(Beginning of PROVIDED RECORDS)
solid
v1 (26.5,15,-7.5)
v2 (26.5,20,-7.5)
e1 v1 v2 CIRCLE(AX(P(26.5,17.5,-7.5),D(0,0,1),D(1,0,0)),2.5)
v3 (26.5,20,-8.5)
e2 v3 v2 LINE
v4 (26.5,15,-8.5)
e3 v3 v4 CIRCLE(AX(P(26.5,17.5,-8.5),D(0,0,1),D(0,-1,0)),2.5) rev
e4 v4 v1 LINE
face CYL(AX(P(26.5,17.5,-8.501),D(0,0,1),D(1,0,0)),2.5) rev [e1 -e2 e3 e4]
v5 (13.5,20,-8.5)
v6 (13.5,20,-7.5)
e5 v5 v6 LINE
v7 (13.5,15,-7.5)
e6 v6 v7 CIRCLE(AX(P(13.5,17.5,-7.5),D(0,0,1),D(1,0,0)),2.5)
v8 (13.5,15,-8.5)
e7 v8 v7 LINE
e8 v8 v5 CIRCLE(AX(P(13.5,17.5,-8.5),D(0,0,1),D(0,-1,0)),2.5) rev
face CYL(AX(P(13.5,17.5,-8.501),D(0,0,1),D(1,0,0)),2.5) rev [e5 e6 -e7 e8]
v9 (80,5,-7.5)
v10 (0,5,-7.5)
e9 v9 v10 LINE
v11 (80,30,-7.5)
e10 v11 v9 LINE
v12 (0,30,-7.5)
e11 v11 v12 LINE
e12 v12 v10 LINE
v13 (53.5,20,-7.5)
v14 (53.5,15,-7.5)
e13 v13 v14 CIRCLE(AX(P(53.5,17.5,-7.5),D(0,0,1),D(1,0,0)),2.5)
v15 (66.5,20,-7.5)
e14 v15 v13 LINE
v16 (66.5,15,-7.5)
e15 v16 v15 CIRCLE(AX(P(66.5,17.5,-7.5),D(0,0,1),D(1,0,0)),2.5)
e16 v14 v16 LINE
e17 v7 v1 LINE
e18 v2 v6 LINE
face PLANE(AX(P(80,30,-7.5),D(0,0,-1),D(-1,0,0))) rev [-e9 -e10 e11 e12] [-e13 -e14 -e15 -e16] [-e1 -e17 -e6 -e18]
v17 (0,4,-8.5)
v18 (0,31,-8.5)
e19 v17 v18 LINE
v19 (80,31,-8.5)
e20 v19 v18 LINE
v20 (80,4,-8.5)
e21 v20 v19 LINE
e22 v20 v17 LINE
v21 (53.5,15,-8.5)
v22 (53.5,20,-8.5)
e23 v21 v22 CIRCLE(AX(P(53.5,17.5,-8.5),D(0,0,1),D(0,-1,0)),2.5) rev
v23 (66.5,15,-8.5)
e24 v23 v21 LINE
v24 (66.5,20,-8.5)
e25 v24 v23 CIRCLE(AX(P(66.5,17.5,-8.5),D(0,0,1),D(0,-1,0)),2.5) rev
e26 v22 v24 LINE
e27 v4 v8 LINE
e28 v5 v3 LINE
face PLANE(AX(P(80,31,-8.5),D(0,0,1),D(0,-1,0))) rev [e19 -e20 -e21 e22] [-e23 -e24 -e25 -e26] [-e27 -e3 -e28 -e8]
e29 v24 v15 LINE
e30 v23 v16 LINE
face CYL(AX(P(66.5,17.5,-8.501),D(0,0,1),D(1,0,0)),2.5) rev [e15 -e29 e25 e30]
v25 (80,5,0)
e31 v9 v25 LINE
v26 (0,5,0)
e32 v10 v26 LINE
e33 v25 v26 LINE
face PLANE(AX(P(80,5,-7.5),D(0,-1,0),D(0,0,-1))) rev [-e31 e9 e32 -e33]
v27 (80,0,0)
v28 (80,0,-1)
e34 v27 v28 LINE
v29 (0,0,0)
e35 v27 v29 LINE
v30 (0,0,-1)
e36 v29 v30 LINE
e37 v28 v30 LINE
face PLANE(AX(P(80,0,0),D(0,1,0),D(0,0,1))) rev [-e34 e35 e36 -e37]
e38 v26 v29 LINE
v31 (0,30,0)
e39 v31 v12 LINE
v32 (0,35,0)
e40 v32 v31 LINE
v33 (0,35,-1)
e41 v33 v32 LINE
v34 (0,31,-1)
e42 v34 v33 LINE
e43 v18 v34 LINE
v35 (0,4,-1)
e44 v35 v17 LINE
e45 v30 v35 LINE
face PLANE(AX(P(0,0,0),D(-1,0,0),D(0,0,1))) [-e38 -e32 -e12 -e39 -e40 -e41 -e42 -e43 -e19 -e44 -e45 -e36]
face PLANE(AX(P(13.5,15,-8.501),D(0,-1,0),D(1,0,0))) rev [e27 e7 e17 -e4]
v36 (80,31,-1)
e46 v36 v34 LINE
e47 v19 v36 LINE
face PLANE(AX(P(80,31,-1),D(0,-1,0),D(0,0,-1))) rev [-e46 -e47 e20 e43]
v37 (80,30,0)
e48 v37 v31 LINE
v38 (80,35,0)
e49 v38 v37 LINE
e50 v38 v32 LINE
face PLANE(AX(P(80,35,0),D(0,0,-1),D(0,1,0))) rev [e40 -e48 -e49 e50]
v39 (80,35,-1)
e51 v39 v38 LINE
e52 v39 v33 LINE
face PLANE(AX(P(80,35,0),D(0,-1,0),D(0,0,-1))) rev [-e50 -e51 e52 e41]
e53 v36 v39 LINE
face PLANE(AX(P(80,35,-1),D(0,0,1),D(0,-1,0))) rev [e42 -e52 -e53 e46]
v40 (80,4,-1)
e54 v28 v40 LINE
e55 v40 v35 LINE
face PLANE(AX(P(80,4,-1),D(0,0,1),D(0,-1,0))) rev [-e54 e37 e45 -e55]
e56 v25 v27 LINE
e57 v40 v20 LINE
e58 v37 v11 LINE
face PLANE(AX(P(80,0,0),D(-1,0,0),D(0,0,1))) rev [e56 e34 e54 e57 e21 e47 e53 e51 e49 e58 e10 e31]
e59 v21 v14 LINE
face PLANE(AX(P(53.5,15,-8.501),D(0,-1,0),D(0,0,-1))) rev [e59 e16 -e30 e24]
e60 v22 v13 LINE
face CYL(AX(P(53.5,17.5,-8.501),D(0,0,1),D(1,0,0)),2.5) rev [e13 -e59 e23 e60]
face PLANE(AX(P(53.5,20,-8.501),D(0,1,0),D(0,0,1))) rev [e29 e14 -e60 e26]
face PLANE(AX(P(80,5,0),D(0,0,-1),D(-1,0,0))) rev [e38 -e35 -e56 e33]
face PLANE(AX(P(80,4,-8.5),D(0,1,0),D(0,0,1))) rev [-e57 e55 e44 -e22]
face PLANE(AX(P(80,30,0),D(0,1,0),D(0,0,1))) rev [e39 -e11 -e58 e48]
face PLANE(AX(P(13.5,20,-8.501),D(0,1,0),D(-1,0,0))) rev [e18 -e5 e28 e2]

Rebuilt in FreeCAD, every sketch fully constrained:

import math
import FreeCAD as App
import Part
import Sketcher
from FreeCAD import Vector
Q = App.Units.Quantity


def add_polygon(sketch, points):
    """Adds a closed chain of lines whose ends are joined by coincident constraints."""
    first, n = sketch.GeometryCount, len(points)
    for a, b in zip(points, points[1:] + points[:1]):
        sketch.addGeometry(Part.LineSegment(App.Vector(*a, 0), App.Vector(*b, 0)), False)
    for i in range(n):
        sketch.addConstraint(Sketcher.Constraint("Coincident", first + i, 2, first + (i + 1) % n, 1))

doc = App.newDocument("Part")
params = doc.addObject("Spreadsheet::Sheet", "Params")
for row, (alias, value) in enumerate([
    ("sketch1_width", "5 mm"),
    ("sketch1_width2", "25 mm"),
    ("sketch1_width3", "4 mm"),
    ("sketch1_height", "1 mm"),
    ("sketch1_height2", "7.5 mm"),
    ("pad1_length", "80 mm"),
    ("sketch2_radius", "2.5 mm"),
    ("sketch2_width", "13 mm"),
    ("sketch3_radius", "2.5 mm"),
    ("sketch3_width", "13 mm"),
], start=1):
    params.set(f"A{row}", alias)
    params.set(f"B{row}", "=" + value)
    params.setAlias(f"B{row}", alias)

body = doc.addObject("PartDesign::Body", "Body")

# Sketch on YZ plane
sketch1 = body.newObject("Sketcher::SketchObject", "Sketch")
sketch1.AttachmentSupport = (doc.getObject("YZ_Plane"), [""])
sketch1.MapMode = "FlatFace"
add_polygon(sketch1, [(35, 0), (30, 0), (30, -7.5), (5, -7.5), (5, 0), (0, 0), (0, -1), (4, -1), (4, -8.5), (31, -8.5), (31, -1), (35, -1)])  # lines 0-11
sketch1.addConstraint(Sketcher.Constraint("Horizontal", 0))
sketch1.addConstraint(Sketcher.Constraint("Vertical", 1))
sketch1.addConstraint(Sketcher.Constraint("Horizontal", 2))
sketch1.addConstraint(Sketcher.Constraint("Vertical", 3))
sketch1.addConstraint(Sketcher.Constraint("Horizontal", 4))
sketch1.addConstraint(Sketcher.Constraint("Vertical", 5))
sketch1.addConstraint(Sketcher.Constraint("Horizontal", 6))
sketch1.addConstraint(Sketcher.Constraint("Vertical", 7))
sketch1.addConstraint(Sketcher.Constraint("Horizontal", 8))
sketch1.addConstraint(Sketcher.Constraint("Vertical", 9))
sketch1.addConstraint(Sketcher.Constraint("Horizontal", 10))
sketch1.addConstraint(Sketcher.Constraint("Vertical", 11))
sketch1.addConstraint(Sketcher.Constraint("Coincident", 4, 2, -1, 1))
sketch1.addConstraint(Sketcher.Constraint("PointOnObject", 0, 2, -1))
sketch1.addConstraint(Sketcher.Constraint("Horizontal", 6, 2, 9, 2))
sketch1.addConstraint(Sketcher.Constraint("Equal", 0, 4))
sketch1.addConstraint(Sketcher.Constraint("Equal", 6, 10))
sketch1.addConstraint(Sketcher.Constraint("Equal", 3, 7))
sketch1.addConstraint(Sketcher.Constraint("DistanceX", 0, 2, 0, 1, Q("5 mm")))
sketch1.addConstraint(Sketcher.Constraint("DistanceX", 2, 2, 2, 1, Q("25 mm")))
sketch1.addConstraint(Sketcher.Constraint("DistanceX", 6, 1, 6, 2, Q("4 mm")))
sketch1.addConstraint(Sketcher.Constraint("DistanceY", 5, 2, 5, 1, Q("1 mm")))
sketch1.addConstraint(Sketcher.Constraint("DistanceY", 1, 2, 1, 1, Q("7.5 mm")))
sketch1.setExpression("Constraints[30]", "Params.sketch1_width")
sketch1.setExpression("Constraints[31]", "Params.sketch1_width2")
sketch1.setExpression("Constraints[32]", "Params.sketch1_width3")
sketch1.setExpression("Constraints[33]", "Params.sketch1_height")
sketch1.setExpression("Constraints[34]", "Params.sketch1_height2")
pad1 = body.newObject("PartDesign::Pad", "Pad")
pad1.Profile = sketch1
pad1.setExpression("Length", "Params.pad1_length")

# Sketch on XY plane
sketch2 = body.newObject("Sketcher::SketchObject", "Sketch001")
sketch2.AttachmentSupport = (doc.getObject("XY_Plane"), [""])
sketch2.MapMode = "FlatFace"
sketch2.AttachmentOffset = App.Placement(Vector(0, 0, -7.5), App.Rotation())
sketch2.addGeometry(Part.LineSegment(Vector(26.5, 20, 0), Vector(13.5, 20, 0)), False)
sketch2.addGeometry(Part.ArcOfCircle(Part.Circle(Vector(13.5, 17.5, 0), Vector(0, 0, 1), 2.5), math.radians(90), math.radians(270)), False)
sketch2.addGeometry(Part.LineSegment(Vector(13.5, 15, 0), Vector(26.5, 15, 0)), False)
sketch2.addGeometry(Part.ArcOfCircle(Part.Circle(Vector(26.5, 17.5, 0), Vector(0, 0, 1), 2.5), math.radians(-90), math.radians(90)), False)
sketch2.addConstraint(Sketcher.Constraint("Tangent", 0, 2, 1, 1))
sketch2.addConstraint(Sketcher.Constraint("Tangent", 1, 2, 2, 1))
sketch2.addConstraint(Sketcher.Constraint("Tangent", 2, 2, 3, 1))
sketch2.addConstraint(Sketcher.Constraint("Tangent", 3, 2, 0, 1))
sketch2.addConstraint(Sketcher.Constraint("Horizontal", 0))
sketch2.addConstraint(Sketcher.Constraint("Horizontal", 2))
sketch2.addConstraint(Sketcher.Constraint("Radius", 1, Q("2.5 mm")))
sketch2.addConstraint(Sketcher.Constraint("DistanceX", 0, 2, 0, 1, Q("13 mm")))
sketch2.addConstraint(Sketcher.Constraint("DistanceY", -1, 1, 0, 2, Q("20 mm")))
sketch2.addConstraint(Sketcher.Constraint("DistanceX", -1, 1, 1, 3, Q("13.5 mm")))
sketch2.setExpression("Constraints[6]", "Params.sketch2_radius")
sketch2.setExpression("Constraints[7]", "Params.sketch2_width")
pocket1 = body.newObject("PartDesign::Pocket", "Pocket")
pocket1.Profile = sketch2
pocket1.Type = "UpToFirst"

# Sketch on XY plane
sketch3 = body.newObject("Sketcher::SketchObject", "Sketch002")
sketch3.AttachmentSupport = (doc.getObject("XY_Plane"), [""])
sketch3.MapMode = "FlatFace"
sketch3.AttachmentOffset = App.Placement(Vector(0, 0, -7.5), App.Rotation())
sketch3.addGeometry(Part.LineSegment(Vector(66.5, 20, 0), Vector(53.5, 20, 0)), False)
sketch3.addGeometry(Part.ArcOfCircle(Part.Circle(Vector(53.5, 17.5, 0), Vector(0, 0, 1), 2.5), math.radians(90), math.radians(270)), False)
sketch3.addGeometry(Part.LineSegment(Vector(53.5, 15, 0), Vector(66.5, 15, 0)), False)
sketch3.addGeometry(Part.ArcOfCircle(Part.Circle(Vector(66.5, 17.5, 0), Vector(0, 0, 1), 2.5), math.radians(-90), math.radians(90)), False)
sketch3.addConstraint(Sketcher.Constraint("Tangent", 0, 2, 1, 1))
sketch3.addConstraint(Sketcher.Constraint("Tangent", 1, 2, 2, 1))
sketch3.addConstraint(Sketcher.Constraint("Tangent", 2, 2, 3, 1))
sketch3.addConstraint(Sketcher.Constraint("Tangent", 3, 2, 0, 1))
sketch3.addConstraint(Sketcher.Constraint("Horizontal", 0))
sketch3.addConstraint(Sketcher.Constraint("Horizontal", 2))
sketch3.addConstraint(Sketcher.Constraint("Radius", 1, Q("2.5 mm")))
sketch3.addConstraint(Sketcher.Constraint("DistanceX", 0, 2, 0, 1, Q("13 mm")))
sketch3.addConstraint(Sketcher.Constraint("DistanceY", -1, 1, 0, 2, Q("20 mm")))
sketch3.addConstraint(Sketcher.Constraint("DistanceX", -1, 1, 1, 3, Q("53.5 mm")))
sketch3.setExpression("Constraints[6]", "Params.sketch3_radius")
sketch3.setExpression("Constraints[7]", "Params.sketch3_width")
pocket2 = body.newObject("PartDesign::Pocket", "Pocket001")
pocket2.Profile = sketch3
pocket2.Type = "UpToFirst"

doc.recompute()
(End of PROVIDED RECORDS)
(Beginning of PROVIDED RECORDS)
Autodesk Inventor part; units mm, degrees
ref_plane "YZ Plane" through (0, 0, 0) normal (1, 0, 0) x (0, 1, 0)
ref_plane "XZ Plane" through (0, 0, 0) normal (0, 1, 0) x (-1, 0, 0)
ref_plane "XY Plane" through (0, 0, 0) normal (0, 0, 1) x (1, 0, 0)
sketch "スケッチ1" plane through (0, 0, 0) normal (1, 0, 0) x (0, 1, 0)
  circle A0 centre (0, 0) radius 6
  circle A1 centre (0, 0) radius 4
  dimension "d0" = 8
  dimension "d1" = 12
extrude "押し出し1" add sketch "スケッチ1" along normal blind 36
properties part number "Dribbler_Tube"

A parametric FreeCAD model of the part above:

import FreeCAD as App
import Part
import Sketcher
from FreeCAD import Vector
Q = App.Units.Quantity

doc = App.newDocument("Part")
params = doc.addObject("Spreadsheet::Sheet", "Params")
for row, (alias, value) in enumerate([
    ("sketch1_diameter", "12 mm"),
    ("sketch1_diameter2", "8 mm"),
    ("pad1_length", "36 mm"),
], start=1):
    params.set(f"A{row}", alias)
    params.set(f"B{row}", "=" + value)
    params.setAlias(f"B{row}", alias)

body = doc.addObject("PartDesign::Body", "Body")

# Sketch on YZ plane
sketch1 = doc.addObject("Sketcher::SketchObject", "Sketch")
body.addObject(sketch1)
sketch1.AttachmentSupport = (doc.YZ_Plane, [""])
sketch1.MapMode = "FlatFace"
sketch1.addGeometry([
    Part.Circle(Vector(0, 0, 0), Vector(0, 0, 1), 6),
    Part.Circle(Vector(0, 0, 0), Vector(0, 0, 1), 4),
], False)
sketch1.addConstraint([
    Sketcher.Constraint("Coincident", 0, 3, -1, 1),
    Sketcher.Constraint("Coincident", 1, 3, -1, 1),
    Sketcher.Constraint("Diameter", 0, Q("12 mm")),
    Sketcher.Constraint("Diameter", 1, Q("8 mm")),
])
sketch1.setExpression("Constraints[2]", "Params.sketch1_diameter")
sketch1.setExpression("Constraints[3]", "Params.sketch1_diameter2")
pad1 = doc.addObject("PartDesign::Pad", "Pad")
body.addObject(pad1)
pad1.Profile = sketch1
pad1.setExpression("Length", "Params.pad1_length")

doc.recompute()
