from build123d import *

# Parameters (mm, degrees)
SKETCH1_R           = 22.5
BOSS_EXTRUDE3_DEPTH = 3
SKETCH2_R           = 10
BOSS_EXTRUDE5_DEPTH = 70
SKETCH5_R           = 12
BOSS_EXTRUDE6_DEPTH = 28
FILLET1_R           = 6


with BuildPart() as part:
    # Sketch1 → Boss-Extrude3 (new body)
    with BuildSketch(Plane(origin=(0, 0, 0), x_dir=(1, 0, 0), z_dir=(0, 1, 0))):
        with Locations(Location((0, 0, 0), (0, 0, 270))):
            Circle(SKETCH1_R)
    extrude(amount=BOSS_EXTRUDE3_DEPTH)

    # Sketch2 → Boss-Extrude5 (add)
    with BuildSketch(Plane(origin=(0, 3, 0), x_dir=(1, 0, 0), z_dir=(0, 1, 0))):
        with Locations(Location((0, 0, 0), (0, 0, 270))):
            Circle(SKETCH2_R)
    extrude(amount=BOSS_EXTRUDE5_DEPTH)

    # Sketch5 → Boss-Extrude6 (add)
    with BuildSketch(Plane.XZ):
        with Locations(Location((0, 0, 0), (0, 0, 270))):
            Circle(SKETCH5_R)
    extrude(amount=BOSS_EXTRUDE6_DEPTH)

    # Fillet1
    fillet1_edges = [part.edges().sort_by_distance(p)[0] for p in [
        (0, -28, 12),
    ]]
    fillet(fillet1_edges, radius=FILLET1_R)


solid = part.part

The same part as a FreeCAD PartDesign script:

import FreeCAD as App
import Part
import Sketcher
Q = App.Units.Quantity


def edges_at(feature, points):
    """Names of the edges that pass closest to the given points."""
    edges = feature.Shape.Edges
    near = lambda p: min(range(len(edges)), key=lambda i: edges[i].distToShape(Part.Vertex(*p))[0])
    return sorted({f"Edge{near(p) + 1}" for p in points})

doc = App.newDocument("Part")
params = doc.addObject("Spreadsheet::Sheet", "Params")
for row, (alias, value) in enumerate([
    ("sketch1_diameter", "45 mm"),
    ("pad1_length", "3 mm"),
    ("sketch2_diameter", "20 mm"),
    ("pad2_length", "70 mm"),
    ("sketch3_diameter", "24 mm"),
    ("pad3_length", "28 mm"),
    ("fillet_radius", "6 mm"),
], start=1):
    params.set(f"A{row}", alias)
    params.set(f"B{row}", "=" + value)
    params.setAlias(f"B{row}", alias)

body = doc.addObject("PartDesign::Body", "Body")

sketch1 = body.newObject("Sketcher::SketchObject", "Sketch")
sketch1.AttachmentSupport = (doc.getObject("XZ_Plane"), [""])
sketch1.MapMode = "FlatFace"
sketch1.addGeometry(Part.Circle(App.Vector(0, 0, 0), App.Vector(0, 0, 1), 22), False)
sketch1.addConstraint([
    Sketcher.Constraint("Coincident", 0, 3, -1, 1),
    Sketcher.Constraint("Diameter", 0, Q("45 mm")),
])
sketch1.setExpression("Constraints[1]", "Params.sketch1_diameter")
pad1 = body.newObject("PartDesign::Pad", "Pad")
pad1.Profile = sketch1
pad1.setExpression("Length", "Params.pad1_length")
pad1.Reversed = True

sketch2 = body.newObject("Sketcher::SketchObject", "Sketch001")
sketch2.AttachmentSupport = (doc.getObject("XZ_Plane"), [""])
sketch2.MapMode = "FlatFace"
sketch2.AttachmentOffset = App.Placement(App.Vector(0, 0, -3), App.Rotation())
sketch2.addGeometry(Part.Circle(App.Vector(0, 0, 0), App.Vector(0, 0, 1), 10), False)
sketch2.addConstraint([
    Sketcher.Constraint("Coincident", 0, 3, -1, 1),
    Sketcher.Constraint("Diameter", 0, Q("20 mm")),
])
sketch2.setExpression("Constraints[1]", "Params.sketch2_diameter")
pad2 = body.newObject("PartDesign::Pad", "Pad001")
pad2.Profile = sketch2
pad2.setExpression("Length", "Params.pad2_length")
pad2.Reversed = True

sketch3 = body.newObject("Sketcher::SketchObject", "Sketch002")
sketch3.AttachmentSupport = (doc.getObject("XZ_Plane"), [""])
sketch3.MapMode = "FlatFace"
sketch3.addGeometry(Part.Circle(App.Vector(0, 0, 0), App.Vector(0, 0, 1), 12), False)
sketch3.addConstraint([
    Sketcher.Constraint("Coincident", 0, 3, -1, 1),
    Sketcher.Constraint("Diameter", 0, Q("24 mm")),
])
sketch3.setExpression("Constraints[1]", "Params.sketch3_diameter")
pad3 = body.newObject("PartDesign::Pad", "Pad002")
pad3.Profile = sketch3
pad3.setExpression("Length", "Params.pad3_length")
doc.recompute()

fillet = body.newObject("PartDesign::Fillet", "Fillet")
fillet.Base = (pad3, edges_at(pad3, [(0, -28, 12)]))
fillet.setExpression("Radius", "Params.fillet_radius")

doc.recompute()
(End of PROVIDED RECORDS)
- WHAT NEEDS TO BE DONE: Would you output, from the records above, exactly the run of lines that starts at the line containing "e35 v27 v29 LINE" and ends at the line containing "v34 (0,31,-1)", and only that run?

- RESPONSE TO THE EXERCISE:
e35 v27 v29 LINE
v30 (0,0,-1)
e36 v29 v30 LINE
e37 v28 v30 LINE
face PLANE(AX(P(80,0,0),D(0,1,0),D(0,0,1))) rev [-e34 e35 e36 -e37]
e38 v26 v29 LINE
v31 (0,30,0)
e39 v31 v12 LINE
v32 (0,35,0)
e40 v32 v31 LINE
v33 (0,35,-1)
e41 v33 v32 LINE
v34 (0,31,-1)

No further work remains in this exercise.